Jalan Tengah Penyelesaian Sawit Rakyat dalam Kawasan Hutan

Selasa, 04 Agustus 2020 - 14:01 WIB
loading...
Jalan Tengah Penyelesaian Sawit Rakyat dalam Kawasan Hutan
Direktur HICON Law & Policy Strategies, Hifdzil Alim.

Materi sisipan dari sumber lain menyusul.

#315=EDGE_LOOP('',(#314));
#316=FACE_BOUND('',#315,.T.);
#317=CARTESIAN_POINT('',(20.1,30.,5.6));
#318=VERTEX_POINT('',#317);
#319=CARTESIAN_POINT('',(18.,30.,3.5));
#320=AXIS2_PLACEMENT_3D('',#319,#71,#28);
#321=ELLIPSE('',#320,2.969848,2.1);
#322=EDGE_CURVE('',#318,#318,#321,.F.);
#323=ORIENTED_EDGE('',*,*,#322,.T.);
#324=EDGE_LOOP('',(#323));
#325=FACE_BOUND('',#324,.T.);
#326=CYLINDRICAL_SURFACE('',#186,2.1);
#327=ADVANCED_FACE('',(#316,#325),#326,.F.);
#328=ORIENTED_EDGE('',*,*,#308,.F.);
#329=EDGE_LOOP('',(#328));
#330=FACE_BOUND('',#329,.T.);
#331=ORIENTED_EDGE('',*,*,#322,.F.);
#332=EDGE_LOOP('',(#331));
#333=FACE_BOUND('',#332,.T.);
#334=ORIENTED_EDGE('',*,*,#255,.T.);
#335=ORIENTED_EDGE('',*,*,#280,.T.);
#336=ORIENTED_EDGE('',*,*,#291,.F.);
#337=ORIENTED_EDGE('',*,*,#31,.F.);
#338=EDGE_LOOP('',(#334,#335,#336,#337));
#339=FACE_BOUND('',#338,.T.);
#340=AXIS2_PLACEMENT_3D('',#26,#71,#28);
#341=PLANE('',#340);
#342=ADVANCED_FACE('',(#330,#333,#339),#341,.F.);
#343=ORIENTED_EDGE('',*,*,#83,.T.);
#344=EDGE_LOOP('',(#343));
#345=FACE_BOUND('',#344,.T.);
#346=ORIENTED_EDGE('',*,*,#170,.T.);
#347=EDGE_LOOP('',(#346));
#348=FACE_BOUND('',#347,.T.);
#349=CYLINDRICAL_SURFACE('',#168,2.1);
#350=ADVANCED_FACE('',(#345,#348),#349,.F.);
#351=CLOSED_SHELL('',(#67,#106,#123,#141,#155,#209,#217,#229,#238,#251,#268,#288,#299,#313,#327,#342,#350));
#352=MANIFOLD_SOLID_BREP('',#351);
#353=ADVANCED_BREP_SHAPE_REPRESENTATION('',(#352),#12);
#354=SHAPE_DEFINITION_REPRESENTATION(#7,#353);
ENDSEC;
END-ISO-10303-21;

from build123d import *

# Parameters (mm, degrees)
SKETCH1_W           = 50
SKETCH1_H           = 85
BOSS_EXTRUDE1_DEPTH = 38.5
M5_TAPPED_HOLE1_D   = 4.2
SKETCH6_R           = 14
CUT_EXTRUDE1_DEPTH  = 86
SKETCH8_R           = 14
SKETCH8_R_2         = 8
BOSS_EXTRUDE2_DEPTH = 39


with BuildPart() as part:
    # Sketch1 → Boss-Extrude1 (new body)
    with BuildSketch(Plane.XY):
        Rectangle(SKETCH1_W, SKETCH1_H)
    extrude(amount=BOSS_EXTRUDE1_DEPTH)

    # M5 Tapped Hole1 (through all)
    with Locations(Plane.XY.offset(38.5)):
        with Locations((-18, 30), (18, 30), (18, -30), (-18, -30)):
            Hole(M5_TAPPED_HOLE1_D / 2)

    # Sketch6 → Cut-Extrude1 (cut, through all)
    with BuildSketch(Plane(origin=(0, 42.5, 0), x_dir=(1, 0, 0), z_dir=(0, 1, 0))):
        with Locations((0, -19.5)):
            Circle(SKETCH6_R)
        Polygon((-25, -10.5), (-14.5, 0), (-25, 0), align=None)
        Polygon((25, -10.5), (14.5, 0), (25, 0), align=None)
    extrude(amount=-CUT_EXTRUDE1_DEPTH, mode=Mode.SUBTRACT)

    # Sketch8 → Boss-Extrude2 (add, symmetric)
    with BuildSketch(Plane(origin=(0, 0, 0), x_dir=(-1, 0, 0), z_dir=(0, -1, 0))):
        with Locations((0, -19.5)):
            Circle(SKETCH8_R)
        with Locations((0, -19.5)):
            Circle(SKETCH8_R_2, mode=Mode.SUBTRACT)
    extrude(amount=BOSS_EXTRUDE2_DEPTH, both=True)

Foto/Istimewa
A A A
JAKARTA - Pemerintah diminta segera menyelesaikan permasalahan sawit rakyat dengan memasukkan sawit dalam definisi lahan garapan sebagaimana tercantum dalam Peraturan Presiden (Perpres) Nomor 88 Tahun 2017.

Demikian dikatakan Direktur HICON Law & Policy Strategies, Hifdzil Alim dalam keterangan tertulisnya di Jakarta, Selasa (4/8/2020). (Baca juga: Antisipasi Konflik, Pemerintah Harus Benahi Tata Kelola Lahan Sawit)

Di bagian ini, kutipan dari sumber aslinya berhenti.